◆ WHAT THIS TASK INVOLVES
In the listing that follows, locate the line containing "f 311 316 318" and the line containing "f 352 373 374". Retype exactly those two lines and every line between them, and nothing more.

◆ MATERIAL PROVIDED
◇ ◇ ◇ ◇

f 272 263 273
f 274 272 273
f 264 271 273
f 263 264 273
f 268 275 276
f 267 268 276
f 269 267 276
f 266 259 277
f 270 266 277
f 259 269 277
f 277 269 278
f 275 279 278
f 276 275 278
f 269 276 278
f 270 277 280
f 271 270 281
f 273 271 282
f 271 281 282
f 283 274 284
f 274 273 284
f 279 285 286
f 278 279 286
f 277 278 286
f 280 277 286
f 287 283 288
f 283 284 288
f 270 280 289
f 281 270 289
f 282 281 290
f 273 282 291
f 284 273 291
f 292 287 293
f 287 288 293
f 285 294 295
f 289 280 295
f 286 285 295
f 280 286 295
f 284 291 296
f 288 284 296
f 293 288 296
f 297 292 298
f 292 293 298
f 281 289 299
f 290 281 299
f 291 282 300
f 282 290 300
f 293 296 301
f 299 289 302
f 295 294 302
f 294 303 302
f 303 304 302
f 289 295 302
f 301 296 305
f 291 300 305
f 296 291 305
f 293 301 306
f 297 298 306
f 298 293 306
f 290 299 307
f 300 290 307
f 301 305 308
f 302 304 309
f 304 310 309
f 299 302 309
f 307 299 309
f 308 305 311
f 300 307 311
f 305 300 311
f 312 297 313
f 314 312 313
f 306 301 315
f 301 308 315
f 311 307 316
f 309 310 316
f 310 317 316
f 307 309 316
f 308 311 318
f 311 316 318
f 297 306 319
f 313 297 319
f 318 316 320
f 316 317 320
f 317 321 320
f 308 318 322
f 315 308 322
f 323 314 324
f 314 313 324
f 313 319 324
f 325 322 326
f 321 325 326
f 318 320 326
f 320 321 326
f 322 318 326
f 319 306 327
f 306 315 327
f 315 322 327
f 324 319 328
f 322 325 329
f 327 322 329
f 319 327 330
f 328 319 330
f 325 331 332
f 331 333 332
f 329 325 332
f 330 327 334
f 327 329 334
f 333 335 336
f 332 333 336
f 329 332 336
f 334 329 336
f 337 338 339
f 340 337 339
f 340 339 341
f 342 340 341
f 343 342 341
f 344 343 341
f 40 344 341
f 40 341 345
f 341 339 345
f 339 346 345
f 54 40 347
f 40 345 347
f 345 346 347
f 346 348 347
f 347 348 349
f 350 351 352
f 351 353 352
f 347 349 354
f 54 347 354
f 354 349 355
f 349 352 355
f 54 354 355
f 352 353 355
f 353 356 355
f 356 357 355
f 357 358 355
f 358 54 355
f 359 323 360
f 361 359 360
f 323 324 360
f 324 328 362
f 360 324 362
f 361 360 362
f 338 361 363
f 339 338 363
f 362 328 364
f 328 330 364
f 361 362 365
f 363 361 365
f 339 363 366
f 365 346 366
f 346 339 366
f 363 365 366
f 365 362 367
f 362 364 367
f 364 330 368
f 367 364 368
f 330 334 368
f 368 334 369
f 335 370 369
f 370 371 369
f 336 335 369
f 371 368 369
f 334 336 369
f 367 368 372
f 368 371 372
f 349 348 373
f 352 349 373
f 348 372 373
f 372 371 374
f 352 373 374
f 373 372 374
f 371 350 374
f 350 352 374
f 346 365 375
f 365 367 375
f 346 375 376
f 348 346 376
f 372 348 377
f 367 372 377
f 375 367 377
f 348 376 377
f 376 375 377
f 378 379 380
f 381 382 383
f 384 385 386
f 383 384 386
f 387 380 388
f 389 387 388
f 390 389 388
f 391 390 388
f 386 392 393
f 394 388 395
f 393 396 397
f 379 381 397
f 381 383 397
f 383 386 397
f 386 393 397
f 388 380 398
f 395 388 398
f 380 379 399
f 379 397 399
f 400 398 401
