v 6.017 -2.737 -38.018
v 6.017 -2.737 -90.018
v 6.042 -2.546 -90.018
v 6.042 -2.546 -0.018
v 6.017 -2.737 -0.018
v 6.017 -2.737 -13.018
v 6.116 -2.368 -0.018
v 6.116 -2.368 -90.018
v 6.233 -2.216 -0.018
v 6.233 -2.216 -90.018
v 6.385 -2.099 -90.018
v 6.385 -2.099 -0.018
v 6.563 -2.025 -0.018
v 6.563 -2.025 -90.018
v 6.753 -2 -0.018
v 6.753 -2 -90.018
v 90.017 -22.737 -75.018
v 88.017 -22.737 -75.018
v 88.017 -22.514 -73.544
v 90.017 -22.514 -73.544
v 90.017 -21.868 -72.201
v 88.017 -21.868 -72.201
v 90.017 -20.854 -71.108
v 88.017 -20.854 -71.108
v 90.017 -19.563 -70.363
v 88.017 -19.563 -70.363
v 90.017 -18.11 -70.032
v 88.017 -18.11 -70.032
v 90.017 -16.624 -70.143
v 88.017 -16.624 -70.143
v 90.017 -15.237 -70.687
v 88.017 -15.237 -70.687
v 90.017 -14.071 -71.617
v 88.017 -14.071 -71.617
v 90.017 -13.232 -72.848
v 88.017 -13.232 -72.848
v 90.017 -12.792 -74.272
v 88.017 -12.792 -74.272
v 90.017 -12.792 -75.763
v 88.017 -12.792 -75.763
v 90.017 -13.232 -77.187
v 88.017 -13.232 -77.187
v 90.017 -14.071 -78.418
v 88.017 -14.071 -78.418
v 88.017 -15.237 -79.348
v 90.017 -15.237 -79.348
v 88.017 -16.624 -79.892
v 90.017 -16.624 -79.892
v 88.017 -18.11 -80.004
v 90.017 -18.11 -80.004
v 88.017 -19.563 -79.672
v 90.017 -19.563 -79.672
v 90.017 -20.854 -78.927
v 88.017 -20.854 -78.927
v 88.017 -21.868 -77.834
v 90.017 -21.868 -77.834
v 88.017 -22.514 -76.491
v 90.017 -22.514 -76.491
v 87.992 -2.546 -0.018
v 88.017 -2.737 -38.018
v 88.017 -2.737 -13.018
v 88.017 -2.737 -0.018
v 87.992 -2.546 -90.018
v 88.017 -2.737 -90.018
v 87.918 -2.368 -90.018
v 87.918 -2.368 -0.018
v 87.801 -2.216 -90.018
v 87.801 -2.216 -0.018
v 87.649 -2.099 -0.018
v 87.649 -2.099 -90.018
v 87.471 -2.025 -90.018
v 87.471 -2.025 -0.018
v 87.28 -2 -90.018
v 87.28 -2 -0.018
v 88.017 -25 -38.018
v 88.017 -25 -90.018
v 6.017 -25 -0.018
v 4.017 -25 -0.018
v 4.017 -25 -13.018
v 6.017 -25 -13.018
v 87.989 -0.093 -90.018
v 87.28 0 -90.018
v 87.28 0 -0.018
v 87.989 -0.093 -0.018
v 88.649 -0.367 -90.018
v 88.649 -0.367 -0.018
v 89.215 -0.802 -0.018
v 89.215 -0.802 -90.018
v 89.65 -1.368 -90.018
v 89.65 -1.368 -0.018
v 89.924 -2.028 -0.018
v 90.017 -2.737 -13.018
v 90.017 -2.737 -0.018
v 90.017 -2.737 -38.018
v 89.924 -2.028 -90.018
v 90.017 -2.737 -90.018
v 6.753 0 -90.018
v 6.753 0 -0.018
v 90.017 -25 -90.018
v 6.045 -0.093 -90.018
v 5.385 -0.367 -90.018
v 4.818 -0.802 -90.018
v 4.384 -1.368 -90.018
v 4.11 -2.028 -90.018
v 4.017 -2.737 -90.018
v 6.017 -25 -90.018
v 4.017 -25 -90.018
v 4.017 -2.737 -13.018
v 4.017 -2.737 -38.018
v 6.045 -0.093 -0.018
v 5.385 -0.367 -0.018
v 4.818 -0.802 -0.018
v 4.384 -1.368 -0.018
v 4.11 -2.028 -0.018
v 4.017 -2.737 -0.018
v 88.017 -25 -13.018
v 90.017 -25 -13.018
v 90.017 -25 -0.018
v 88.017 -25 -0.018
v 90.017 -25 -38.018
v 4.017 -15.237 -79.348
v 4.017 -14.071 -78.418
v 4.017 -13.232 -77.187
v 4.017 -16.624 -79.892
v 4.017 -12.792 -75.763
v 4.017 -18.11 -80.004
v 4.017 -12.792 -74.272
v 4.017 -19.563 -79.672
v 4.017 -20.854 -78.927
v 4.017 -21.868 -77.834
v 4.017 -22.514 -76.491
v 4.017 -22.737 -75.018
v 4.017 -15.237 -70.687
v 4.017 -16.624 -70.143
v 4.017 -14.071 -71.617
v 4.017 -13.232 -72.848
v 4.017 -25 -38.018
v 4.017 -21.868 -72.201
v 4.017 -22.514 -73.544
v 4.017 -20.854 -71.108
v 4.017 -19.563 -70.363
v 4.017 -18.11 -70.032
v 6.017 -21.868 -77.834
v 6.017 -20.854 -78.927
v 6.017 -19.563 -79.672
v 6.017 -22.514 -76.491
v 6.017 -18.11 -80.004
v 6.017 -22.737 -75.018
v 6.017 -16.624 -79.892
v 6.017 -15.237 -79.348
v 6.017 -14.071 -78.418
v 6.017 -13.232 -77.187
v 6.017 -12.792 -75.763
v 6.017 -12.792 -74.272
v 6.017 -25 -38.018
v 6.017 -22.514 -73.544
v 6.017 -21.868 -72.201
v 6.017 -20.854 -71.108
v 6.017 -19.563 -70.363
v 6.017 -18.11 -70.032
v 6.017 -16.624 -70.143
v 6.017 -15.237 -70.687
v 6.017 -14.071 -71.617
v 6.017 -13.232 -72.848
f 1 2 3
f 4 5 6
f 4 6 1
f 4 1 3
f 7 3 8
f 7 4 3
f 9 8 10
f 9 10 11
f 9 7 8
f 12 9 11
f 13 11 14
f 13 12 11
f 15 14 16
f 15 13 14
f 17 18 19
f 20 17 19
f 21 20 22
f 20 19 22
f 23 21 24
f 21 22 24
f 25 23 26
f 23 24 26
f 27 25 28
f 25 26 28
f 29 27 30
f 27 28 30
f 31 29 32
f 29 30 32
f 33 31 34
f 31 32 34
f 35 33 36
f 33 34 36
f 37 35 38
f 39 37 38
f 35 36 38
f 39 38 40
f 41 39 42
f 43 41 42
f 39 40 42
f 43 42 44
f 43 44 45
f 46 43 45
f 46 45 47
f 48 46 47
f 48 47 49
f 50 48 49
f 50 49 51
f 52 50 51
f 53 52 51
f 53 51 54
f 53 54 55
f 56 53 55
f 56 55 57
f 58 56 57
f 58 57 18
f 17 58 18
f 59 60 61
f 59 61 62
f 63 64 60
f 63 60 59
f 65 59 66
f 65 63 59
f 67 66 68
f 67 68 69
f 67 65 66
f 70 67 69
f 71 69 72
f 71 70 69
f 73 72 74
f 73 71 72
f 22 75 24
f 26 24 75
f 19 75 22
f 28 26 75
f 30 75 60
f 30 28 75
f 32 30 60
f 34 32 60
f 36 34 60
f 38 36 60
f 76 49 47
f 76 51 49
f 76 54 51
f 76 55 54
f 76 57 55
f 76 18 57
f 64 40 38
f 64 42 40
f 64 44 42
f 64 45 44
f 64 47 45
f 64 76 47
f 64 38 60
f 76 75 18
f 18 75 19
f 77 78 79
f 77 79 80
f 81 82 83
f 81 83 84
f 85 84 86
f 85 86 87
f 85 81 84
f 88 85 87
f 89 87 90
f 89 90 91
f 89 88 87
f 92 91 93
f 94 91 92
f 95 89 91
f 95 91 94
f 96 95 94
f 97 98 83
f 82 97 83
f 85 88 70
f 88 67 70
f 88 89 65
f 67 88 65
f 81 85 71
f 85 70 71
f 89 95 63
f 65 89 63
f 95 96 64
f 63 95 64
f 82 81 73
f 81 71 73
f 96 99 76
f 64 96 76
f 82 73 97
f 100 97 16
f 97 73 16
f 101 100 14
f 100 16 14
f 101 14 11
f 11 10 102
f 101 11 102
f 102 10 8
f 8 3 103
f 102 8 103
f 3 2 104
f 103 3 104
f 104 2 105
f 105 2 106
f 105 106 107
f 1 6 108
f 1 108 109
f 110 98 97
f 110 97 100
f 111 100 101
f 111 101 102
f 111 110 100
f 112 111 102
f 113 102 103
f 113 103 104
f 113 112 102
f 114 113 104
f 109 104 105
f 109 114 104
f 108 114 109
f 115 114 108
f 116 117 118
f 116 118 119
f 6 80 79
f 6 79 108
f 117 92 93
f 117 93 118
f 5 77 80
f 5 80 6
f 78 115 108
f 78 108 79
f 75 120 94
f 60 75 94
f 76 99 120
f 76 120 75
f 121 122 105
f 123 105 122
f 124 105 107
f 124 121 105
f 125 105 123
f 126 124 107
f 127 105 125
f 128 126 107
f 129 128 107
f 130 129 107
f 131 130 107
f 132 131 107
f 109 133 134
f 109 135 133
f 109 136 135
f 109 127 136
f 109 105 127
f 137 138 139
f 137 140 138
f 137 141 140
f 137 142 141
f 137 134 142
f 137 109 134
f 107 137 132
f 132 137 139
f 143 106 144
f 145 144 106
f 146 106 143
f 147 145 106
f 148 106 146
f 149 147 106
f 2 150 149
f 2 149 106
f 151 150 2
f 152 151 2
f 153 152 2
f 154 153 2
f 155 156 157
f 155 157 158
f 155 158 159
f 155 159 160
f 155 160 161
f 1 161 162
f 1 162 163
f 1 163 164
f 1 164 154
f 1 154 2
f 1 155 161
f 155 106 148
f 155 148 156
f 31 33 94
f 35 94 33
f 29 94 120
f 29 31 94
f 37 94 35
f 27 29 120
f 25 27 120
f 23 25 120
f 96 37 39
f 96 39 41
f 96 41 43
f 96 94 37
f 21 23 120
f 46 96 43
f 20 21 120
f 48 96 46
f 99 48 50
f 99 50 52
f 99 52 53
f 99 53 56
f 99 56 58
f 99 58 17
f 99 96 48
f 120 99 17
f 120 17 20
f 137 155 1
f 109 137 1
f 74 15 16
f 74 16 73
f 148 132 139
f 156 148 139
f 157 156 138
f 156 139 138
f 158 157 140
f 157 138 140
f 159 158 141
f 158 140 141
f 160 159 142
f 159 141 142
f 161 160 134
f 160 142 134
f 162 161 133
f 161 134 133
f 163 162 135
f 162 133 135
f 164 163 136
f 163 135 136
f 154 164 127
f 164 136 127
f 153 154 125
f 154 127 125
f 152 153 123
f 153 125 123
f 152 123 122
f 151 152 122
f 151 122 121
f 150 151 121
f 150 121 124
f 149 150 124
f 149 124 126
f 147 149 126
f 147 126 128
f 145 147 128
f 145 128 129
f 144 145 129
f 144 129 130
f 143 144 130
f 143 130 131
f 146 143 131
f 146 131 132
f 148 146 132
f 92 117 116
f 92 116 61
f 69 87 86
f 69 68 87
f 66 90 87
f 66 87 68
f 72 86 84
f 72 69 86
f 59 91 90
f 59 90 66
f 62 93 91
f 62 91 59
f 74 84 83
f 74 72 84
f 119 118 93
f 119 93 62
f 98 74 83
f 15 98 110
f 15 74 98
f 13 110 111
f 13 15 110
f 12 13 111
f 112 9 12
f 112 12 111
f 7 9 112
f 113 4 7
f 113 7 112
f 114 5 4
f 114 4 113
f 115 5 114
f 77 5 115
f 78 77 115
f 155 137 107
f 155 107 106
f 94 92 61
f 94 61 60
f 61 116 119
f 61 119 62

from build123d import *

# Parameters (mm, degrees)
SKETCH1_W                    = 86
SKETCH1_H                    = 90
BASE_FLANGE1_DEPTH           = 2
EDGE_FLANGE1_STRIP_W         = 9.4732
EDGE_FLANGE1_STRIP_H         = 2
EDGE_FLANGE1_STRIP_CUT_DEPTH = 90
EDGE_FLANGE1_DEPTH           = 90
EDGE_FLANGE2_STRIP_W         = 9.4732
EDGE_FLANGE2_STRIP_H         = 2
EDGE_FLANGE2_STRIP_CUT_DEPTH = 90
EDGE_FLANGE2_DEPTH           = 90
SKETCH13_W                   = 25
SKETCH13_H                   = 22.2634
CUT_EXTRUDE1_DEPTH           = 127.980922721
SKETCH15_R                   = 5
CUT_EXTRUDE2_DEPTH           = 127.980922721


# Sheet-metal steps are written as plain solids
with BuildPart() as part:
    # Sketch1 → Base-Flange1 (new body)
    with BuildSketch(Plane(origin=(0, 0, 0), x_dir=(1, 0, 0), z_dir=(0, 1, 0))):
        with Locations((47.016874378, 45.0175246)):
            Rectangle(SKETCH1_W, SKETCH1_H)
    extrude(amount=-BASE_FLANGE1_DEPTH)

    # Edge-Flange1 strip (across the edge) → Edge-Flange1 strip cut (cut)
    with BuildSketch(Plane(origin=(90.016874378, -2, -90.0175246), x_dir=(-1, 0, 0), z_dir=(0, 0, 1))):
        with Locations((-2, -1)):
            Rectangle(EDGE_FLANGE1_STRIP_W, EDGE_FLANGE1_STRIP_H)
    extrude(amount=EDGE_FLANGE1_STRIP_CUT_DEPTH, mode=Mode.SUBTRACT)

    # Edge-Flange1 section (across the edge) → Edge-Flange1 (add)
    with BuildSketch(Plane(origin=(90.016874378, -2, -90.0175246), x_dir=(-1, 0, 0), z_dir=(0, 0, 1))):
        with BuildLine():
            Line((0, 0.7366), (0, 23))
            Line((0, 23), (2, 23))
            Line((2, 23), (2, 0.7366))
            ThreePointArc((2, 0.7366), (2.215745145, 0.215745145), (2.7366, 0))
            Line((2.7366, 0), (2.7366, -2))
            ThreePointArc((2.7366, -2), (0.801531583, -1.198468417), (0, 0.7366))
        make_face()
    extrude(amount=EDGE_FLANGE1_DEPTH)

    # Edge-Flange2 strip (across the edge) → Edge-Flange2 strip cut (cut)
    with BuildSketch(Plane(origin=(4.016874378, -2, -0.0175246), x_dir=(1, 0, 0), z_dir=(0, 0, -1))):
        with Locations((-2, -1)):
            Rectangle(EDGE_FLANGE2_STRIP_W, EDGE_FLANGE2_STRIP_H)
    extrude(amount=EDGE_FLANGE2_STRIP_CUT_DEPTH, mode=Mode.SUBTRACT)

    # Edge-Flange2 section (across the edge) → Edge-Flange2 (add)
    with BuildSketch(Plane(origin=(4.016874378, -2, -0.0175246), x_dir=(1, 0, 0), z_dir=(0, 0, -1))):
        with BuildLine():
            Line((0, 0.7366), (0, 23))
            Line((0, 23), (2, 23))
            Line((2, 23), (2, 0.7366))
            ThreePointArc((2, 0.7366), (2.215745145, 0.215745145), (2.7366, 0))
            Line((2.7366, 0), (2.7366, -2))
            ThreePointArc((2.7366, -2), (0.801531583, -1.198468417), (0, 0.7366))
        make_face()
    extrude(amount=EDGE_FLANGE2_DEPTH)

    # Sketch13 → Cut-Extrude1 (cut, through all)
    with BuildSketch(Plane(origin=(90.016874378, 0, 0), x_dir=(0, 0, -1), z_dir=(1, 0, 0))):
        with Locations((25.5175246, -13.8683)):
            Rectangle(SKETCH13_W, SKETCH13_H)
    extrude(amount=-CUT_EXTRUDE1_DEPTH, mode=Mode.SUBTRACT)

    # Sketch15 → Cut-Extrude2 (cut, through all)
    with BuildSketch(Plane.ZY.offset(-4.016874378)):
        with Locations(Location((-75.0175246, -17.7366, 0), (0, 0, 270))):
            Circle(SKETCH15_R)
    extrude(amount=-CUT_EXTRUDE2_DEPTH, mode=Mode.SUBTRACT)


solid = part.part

◇ ◇ ◇ ◇

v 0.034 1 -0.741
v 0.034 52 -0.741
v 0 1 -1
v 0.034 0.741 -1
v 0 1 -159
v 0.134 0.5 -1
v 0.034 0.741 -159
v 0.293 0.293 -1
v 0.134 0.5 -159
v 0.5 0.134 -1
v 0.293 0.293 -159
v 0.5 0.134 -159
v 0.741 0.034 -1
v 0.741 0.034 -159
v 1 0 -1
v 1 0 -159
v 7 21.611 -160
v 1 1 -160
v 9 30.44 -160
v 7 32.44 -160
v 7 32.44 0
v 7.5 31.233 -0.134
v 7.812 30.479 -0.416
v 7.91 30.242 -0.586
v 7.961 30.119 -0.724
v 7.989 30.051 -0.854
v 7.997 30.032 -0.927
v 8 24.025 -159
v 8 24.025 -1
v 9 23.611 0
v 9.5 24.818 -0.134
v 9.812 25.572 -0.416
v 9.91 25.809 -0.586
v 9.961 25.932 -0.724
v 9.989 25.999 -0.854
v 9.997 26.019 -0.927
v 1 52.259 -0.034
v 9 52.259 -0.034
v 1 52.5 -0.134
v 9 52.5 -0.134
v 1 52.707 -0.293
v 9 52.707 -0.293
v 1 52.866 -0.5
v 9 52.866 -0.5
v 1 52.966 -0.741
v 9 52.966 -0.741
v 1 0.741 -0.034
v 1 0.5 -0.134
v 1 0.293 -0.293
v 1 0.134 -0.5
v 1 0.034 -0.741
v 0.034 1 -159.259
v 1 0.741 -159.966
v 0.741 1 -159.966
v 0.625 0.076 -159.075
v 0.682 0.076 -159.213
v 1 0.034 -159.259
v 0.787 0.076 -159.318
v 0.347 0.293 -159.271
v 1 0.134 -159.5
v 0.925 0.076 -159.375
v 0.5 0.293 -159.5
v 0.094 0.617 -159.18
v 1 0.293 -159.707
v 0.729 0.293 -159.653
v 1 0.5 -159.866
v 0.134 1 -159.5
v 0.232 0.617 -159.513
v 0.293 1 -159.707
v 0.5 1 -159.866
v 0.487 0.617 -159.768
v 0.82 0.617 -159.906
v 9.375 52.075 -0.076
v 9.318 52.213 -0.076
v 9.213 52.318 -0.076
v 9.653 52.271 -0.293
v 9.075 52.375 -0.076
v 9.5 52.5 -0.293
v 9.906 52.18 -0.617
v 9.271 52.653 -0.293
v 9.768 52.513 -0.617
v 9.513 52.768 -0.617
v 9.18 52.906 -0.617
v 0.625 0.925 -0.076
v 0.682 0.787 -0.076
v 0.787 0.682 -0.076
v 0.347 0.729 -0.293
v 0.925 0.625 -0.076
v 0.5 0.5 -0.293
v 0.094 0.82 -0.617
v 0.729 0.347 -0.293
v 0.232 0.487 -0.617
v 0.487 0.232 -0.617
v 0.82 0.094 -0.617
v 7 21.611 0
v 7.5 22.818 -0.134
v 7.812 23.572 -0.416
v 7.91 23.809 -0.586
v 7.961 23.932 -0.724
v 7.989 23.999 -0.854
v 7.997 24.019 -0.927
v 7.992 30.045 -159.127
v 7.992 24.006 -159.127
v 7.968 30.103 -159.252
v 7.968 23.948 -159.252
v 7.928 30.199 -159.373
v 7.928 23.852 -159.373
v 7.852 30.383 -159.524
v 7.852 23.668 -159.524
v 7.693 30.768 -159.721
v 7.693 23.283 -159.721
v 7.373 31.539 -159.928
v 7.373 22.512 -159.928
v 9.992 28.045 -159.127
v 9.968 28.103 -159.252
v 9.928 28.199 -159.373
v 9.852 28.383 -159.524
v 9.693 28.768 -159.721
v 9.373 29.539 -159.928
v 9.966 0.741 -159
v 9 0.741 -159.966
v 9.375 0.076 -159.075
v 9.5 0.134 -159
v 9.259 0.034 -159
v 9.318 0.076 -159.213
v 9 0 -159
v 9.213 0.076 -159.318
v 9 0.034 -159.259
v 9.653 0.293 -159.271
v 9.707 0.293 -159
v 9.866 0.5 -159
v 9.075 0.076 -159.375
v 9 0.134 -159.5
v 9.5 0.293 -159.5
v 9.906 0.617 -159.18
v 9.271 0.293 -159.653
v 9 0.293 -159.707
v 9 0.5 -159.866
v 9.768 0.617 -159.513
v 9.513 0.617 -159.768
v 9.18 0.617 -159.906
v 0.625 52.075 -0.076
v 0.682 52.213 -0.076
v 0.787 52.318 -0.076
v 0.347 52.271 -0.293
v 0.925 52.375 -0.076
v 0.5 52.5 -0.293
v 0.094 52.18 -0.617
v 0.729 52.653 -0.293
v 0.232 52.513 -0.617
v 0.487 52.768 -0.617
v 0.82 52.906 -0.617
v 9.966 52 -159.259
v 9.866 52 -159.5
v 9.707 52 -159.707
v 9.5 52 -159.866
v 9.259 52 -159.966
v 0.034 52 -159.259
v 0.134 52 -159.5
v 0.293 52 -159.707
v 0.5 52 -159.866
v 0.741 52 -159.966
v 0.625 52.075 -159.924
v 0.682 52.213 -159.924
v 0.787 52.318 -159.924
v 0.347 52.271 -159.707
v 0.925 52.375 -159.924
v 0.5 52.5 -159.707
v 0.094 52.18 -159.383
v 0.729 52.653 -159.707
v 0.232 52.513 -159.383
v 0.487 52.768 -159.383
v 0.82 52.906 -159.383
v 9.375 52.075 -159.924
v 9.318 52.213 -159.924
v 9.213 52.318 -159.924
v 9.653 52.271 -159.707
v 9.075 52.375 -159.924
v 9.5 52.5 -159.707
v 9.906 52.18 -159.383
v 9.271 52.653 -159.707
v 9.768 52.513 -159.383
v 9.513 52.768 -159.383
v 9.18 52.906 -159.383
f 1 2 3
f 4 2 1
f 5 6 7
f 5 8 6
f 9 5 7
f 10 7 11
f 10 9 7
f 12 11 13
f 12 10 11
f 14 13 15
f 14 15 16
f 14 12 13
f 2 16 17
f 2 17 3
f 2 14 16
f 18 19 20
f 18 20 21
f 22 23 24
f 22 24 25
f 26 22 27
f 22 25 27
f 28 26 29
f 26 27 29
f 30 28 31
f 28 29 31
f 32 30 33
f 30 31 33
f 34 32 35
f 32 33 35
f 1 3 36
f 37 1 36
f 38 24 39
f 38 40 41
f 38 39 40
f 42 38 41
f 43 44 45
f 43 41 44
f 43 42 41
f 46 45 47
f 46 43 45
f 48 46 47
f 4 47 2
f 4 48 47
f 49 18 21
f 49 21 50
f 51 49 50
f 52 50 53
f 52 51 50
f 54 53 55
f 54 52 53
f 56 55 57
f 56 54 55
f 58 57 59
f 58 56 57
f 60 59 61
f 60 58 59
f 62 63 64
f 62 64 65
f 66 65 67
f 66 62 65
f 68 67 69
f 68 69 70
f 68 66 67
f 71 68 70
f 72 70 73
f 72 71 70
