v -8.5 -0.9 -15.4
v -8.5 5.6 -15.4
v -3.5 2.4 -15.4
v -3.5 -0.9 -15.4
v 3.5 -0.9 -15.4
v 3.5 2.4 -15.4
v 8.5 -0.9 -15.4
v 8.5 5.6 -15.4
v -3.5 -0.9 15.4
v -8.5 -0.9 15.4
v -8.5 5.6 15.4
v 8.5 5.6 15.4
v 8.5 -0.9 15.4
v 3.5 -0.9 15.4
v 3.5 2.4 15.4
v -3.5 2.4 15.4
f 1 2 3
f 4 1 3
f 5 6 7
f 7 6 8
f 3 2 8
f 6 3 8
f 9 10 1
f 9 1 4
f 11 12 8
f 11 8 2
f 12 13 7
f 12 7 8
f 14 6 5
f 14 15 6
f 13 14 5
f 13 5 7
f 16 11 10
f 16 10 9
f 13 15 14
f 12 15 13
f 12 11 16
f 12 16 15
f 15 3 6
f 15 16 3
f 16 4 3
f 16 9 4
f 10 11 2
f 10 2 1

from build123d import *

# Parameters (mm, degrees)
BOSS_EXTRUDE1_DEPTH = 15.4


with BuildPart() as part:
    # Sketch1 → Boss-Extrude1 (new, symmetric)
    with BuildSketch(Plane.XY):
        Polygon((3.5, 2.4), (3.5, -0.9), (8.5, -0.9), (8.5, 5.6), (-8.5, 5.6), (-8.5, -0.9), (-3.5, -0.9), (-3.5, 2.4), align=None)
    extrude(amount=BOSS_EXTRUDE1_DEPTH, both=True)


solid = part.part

◇ ◇ ◇ ◇

◆ ANSWER BELOW
f 311 316 318
f 297 306 319
f 313 297 319
f 318 316 320
f 316 317 320
f 317 321 320
f 308 318 322
f 315 308 322
f 323 314 324
f 314 313 324
f 313 319 324
f 325 322 326
f 321 325 326
f 318 320 326
f 320 321 326
f 322 318 326
f 319 306 327
f 306 315 327
f 315 322 327
f 324 319 328
f 322 325 329
f 327 322 329
f 319 327 330
f 328 319 330
f 325 331 332
f 331 333 332
f 329 325 332
f 330 327 334
f 327 329 334
f 333 335 336
f 332 333 336
f 329 332 336
f 334 329 336
f 337 338 339
f 340 337 339
f 340 339 341
f 342 340 341
f 343 342 341
f 344 343 341
f 40 344 341
f 40 341 345
f 341 339 345
f 339 346 345
f 54 40 347
f 40 345 347
f 345 346 347
f 346 348 347
f 347 348 349
f 350 351 352
f 351 353 352
f 347 349 354
f 54 347 354
f 354 349 355
f 349 352 355
f 54 354 355
f 352 353 355
f 353 356 355
f 356 357 355
f 357 358 355
f 358 54 355
f 359 323 360
f 361 359 360
f 323 324 360
f 324 328 362
f 360 324 362
f 361 360 362
f 338 361 363
f 339 338 363
f 362 328 364
f 328 330 364
f 361 362 365
f 363 361 365
f 339 363 366
f 365 346 366
f 346 339 366
f 363 365 366
f 365 362 367
f 362 364 367
f 364 330 368
f 367 364 368
f 330 334 368
f 368 334 369
f 335 370 369
f 370 371 369
f 336 335 369
f 371 368 369
f 334 336 369
f 367 368 372
f 368 371 372
f 349 348 373
f 352 349 373
f 348 372 373
f 372 371 374
f 352 373 374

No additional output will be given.